- Born: Memphis, Tennessee, U.S.
- Nationality: American
- Height: 6 ft 3 in (191 cm)
- Weight: Heavyweight; Superheavyweight;

Professional boxing record
- Total: 2
- Wins: 1
- Losses: 1

Kickboxing record
- Total: 36
- Wins: 31
- Losses: 5

= Anthony Elmore =

American kickboxer

Anthony Elmore born in 1953 is a retired American kickboxing champion and professional boxer from Memphis, Tennessee. He was a PKA World Super Heavyweight Champion, PKA World Heavyweight champion, Professional Karate Commission World Super Heavyweight champion, KICK World Heavyweight champion and KICK World Super Heavyweight champion. He was also the STAR undisputed Heavyweight champion in 1982. His record is listed as 31 wins, against only 5 losses.

== Biography ==

Elmore was born and raised in Memphis, Tennessee. At the age of 15, he began studying Japanese Shotokan Karate under his Memphis teacher, Julius L. Dorsey. In 1982, he became the first kickboxer to gain a sponsorship from a major corporation, landing a personal service contract with Coors Beer. He had many of his fights broadcast on ESPN. He wrote, produced, directed, and starred in the 1988 semi-autobiographical film, The Contemporary Gladiator (also released as Iron Thunder).

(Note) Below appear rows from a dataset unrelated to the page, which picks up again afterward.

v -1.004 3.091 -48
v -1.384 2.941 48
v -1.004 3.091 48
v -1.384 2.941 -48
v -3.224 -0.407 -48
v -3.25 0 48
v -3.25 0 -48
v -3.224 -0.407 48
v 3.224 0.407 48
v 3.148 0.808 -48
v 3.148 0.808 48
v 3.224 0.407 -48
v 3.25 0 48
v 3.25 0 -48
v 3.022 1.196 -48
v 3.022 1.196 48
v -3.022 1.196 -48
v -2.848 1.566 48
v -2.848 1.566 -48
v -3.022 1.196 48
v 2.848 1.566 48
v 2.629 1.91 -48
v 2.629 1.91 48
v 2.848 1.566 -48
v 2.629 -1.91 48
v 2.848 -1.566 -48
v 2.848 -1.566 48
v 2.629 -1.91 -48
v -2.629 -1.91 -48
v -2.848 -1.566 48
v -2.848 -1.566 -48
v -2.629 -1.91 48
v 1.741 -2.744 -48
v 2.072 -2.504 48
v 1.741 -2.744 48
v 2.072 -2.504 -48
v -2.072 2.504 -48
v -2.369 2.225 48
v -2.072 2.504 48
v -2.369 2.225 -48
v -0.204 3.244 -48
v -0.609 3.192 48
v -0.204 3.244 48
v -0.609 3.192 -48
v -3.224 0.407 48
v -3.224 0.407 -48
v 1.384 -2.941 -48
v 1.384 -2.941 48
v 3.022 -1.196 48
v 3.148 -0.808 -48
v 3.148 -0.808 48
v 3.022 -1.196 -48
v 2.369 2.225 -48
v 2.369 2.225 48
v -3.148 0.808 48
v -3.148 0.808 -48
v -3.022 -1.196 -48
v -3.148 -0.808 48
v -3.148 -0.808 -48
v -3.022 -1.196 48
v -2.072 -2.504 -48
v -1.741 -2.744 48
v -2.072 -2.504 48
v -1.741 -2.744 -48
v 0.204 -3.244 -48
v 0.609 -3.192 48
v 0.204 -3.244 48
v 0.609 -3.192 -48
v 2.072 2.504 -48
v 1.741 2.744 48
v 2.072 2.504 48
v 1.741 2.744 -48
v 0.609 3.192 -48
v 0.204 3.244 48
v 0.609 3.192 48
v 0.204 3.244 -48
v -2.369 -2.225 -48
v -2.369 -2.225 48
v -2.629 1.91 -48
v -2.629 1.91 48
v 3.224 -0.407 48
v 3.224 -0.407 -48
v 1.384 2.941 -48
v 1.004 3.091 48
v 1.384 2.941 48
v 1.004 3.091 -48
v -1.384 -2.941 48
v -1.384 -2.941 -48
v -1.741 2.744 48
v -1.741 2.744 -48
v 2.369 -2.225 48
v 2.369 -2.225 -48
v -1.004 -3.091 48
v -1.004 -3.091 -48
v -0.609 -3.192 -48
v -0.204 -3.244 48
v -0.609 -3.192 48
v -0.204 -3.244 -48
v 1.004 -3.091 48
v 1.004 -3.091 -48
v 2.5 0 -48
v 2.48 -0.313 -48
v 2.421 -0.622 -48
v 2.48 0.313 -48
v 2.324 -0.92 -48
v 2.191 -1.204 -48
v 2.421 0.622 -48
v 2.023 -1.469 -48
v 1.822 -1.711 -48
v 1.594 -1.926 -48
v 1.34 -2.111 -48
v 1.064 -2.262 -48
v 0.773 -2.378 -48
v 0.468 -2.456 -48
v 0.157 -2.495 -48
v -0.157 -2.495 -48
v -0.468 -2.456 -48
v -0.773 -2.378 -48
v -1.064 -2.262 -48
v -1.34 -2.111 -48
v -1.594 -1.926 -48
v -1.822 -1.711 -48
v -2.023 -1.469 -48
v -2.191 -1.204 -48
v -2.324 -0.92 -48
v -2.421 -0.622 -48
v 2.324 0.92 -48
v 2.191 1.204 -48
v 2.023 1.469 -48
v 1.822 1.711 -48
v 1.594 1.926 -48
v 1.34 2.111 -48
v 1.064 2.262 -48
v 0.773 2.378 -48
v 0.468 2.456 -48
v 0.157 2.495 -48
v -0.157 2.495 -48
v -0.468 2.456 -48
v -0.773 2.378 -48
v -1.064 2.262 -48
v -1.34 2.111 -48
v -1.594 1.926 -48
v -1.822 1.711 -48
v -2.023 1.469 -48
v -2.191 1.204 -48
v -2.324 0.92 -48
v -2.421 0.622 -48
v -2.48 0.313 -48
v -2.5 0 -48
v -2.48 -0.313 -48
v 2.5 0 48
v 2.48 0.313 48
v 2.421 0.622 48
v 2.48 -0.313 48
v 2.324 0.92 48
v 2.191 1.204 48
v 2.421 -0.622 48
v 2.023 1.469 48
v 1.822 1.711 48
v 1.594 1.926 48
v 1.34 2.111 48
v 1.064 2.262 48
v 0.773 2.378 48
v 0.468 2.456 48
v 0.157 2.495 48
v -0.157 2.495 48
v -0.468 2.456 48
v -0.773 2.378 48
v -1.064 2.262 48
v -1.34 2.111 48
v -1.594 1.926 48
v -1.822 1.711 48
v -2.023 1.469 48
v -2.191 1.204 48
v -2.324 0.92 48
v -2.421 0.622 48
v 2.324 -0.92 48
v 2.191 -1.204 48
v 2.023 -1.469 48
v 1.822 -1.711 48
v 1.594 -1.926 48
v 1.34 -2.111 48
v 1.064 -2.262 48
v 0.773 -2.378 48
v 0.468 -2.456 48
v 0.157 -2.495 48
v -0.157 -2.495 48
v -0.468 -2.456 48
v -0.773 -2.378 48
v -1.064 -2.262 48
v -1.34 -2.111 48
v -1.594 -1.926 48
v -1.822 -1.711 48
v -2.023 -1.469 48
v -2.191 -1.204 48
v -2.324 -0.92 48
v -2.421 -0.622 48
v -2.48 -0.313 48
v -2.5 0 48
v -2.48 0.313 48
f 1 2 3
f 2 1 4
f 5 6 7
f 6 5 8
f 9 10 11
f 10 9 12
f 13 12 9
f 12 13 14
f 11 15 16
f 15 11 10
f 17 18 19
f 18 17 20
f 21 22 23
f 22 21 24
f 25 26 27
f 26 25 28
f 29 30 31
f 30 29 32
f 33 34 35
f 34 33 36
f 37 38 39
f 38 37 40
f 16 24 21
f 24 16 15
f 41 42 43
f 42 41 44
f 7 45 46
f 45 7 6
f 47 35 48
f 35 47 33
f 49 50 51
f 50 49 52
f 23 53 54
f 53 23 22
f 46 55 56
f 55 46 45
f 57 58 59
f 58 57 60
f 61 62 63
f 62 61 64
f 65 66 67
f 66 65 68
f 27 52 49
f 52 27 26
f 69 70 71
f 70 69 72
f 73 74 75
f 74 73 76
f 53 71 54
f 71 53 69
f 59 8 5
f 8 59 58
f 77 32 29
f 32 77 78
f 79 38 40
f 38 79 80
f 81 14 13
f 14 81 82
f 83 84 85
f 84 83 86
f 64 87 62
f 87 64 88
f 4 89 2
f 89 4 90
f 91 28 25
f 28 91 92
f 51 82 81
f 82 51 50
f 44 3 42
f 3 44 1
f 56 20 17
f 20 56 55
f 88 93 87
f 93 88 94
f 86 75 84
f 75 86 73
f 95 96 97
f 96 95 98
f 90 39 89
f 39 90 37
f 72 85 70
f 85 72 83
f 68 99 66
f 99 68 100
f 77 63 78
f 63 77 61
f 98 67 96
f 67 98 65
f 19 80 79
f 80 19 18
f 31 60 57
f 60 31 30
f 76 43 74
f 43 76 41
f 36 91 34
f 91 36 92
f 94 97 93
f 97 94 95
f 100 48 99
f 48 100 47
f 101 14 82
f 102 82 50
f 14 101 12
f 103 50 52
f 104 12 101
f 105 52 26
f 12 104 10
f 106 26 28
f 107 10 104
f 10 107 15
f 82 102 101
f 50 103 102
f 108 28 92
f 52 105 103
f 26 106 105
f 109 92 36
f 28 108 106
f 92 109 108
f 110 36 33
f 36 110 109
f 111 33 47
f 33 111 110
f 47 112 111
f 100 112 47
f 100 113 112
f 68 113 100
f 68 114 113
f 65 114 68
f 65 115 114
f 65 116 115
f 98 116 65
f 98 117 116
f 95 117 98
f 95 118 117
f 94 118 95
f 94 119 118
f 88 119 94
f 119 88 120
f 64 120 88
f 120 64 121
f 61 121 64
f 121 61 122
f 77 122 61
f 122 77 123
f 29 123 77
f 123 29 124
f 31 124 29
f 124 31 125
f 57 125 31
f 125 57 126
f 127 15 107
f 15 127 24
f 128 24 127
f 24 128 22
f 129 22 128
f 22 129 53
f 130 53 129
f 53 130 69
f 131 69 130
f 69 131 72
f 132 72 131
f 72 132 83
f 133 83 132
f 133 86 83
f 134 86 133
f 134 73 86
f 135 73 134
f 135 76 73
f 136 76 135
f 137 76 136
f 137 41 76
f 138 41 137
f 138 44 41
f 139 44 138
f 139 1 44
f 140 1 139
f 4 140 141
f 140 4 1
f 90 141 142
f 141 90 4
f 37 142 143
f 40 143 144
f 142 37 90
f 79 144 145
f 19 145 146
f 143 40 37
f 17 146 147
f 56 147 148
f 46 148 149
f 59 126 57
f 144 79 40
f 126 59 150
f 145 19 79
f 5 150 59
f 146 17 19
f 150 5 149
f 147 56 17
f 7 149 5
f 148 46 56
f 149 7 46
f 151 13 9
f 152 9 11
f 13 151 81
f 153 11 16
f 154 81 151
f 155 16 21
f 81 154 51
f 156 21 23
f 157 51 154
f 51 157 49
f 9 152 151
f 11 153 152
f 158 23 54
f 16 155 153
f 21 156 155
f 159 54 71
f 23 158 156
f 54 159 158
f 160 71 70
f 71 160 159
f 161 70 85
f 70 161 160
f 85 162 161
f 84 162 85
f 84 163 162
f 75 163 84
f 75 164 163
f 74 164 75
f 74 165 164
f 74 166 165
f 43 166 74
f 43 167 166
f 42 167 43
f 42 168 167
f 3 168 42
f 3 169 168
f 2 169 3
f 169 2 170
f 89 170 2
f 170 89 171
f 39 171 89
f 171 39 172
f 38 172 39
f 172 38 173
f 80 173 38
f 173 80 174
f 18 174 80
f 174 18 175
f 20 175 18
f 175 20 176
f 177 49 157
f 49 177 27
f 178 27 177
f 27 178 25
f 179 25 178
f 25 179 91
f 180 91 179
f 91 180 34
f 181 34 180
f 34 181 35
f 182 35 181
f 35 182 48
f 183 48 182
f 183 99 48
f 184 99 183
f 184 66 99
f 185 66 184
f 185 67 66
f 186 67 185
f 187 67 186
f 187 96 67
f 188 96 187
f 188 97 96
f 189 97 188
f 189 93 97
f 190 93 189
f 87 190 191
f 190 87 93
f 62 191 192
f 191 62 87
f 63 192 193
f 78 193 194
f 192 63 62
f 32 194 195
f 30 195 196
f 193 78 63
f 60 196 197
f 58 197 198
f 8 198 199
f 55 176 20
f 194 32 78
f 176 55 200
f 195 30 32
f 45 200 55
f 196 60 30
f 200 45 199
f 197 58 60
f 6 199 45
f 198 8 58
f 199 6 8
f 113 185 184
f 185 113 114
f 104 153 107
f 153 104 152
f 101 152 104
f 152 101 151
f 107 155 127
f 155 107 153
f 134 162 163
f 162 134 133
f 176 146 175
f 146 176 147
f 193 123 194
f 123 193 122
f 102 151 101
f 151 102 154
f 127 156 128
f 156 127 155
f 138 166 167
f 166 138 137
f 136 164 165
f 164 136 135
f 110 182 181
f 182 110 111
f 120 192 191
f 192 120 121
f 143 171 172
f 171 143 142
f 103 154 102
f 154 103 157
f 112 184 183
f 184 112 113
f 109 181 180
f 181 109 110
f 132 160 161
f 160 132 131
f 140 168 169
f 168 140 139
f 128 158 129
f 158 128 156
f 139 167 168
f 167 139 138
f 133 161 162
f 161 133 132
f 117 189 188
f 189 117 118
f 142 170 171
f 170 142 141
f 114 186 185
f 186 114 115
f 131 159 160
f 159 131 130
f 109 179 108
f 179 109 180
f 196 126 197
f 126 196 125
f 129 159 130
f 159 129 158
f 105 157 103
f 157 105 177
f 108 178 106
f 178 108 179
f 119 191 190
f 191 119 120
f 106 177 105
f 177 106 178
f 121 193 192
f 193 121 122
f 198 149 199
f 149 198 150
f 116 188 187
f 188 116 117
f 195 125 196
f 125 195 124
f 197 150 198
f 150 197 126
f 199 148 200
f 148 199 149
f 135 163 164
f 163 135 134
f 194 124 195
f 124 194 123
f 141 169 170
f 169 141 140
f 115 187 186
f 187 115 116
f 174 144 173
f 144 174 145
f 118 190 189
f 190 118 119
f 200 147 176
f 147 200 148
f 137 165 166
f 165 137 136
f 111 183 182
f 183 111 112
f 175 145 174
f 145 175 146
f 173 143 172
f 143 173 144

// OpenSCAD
$fn = 50;


difference() {
	union() {
		translate(v = [0, 0, -48.0000000000]) {
			cylinder(h = 96, r = 3.2500000000);
		}
	}
	union() {
		translate(v = [0, 0, -100.0000000000]) {
			cylinder(h = 200, r = 2.5000000000);
		}
	}
}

He founded the Safari Initiative aimed at bringing African-style furnishings and products to a global market. He has advocated for U.S. government support for this initiative to help modernize African trade. He also created an all African home in Memphis as a showcase and cultural bridge. In 2009, Congressman Steve Cohen commended Elmore on the House floor for his work in advancing U.S.-Africa cultural understanding.

== Professional career ==
Elmore is a martial artist from Memphis, Tennessee, recognized as a five-time World Karate/Kickboxing Champion. His career is notable not only for his success in the ring but also for his role as a pioneer who helped popularize the sport.

Elmore won the PKA world Heavyweight Champion title on May 29, 1982, in Memphis. He defeated Demetrius Edwards to win his first world championship in a 12-round fight. In 1983 Elmore defended his PKA World Superheavyweight title against Bill Morrison winning by decision. In 1983 Elmore defeated Tony Palmore by TKO in the 10th round. He also defeated John Jackson.

In 1984 Elmore fought Tracy Thomas to defend his PKA Superheavyweight Title, winning by TKO in the 9th round. Also in 1984, he fought a rematch against Palmore in Miami. In that bout Elmore set a world record of throwing 190 kicks, but lost a split decision and his PKA Superheavyweight Title. In 1984 Elmore also defeated "Super" Ray Williams to win the KICK World Superheavyweight title. Elmore also fought a non-title bout against William Eaves with Elmore winning by KO due to the three knockdown rule being in effect.

In 1985 Elmore defeated Bill Morrison in a rematch for the vacant KICK World Heavyweight championship. Elmore was ranked #1 under the STAR ratings for Heavyweight in 1985.

In 1986 he defended his KICK World Heavyweight title by beating Jeff Hollins by decision. In 1986 Elmore defeated the KICK US Heavyweight champion M. Cole by TKO in the 12th round defending his KICK World title.

In 1987 he defeated Cole in a rematch. In April 1987 Elmore lost his PKC World Superheavyweight title to Brad Hefton by doctor stoppage due to an eye injury in the 12th round.

In 1990 Elmore fought Stan Longinidis losing a decision and his KICK World Superheavyweight Title. Longinidis vacated the KICK Superheavyweight title shortly after winning.

In 1991 Elmore was the #12 ranked Superheavyweight by the PKO. In 1999, after a 3-year layoff, Elmore fought Dennis Alexio for the IKF heavyweight title losing by KO in the 12th round.

==Boxing==
Elmore made his pro boxing debut in 1981 losing to Steffen Tangstad. He fought again in 1984 winning against Sonny Barch.